Work instructions:
Among the entries below, copy every line that carries the word "difference".

*** Dataset Section Begins ***

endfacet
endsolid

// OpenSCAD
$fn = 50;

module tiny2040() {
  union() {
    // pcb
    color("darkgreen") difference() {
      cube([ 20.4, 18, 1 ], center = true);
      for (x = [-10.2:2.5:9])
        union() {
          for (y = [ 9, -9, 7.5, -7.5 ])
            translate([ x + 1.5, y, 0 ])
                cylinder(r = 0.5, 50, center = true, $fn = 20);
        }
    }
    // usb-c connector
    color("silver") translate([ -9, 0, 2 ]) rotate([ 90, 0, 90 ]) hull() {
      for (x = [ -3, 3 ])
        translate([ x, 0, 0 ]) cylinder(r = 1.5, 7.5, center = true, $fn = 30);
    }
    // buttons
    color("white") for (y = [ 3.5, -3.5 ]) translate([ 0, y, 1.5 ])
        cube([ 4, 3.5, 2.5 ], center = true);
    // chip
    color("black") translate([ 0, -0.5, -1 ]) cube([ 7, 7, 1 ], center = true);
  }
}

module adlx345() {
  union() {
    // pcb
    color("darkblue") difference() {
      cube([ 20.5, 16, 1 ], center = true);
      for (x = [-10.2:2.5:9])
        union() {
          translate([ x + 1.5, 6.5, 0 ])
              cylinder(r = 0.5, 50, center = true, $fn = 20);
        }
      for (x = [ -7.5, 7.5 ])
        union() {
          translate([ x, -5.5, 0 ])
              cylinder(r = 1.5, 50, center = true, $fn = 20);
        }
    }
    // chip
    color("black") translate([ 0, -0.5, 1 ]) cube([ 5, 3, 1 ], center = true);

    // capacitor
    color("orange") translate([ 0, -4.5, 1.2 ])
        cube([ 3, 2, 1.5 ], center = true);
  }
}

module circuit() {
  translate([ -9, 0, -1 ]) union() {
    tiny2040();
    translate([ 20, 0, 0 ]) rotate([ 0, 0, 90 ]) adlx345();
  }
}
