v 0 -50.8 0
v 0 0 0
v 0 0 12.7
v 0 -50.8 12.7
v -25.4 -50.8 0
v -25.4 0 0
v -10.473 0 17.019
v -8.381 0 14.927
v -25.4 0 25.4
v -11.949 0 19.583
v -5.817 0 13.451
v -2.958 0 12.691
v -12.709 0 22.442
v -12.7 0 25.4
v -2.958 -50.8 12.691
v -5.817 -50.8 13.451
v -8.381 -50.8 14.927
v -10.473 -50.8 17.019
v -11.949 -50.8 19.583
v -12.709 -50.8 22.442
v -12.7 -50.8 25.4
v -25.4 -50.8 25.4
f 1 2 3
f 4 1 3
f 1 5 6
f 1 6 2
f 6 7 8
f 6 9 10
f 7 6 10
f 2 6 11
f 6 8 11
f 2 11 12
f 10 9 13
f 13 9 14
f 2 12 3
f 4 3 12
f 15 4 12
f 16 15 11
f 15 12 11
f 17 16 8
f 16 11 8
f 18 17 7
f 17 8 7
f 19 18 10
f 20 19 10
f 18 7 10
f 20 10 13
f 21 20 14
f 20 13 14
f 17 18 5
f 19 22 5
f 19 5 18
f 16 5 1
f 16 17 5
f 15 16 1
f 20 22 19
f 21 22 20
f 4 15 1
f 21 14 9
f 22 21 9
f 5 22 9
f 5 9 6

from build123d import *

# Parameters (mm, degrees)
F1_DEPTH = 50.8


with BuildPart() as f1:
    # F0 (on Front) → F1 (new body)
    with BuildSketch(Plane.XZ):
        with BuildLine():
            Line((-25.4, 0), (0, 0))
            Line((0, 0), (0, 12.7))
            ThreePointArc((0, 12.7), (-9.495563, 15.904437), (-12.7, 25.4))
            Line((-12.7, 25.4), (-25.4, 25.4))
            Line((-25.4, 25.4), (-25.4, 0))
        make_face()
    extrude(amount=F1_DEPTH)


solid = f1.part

*** Dataset Section Ends ***
*** Dataset Section Begins ***

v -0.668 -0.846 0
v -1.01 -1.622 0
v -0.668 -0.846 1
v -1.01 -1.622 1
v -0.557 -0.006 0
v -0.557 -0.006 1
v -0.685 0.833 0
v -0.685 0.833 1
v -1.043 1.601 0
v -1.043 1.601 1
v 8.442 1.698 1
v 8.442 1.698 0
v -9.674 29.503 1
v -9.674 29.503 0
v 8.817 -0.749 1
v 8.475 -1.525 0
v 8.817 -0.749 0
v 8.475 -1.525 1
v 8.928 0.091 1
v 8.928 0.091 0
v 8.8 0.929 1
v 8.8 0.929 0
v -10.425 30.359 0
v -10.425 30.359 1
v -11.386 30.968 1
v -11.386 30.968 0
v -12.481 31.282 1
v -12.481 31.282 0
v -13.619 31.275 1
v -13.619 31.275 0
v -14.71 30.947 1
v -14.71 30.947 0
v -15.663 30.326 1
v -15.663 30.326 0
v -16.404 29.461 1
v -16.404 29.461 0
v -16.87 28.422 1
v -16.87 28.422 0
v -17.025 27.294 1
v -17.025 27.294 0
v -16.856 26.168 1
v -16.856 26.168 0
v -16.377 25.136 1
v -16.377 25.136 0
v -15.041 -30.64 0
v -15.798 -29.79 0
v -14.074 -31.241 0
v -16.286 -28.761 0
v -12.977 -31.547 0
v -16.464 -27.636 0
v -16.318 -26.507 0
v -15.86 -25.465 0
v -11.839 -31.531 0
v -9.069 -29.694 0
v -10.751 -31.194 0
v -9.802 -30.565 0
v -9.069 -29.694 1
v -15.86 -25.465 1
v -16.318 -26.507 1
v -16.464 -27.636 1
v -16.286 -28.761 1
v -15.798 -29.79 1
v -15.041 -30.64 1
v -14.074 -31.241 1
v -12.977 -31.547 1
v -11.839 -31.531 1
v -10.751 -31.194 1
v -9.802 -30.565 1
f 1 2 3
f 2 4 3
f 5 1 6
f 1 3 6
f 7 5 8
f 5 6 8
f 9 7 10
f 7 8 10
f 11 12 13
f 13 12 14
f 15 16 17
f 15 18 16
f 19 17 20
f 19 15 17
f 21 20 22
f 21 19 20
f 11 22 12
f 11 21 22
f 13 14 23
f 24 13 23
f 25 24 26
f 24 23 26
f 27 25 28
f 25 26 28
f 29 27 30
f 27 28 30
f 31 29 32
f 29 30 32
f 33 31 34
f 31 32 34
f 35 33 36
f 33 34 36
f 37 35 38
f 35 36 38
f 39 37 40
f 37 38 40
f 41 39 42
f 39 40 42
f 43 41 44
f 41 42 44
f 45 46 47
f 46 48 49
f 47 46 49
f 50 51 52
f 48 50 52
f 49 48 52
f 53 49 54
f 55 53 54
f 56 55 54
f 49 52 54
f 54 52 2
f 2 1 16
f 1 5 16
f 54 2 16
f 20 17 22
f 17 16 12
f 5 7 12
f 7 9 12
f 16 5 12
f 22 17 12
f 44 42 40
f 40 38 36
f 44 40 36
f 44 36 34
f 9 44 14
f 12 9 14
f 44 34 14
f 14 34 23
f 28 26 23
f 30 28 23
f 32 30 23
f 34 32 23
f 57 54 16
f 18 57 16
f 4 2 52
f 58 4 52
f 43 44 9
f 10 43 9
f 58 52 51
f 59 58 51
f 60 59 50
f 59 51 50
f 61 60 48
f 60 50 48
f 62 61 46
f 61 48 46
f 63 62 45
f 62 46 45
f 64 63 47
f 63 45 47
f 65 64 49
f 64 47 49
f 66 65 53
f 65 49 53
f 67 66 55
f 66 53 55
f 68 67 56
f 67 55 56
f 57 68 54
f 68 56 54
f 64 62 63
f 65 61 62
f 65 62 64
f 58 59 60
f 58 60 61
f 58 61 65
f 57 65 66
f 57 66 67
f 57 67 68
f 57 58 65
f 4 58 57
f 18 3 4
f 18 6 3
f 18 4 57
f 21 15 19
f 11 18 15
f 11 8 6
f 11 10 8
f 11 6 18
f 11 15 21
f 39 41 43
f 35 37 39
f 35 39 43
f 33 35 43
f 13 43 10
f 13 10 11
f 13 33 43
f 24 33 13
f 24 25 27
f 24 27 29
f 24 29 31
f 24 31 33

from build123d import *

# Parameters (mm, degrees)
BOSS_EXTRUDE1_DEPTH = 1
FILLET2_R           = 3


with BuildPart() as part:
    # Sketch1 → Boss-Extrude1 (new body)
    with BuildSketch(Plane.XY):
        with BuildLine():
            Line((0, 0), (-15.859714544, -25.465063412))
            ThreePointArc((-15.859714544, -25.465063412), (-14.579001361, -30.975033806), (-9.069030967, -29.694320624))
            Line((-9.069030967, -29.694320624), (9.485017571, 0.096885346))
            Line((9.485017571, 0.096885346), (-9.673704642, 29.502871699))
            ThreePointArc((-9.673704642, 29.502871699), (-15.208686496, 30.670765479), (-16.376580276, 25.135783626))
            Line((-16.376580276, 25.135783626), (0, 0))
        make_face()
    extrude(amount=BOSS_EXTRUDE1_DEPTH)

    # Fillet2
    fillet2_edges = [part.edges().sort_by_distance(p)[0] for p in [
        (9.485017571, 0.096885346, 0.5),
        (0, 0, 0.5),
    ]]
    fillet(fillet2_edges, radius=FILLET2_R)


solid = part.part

*** Dataset Section Ends ***

Task output:
    color("darkgreen") difference() {
    color("darkblue") difference() {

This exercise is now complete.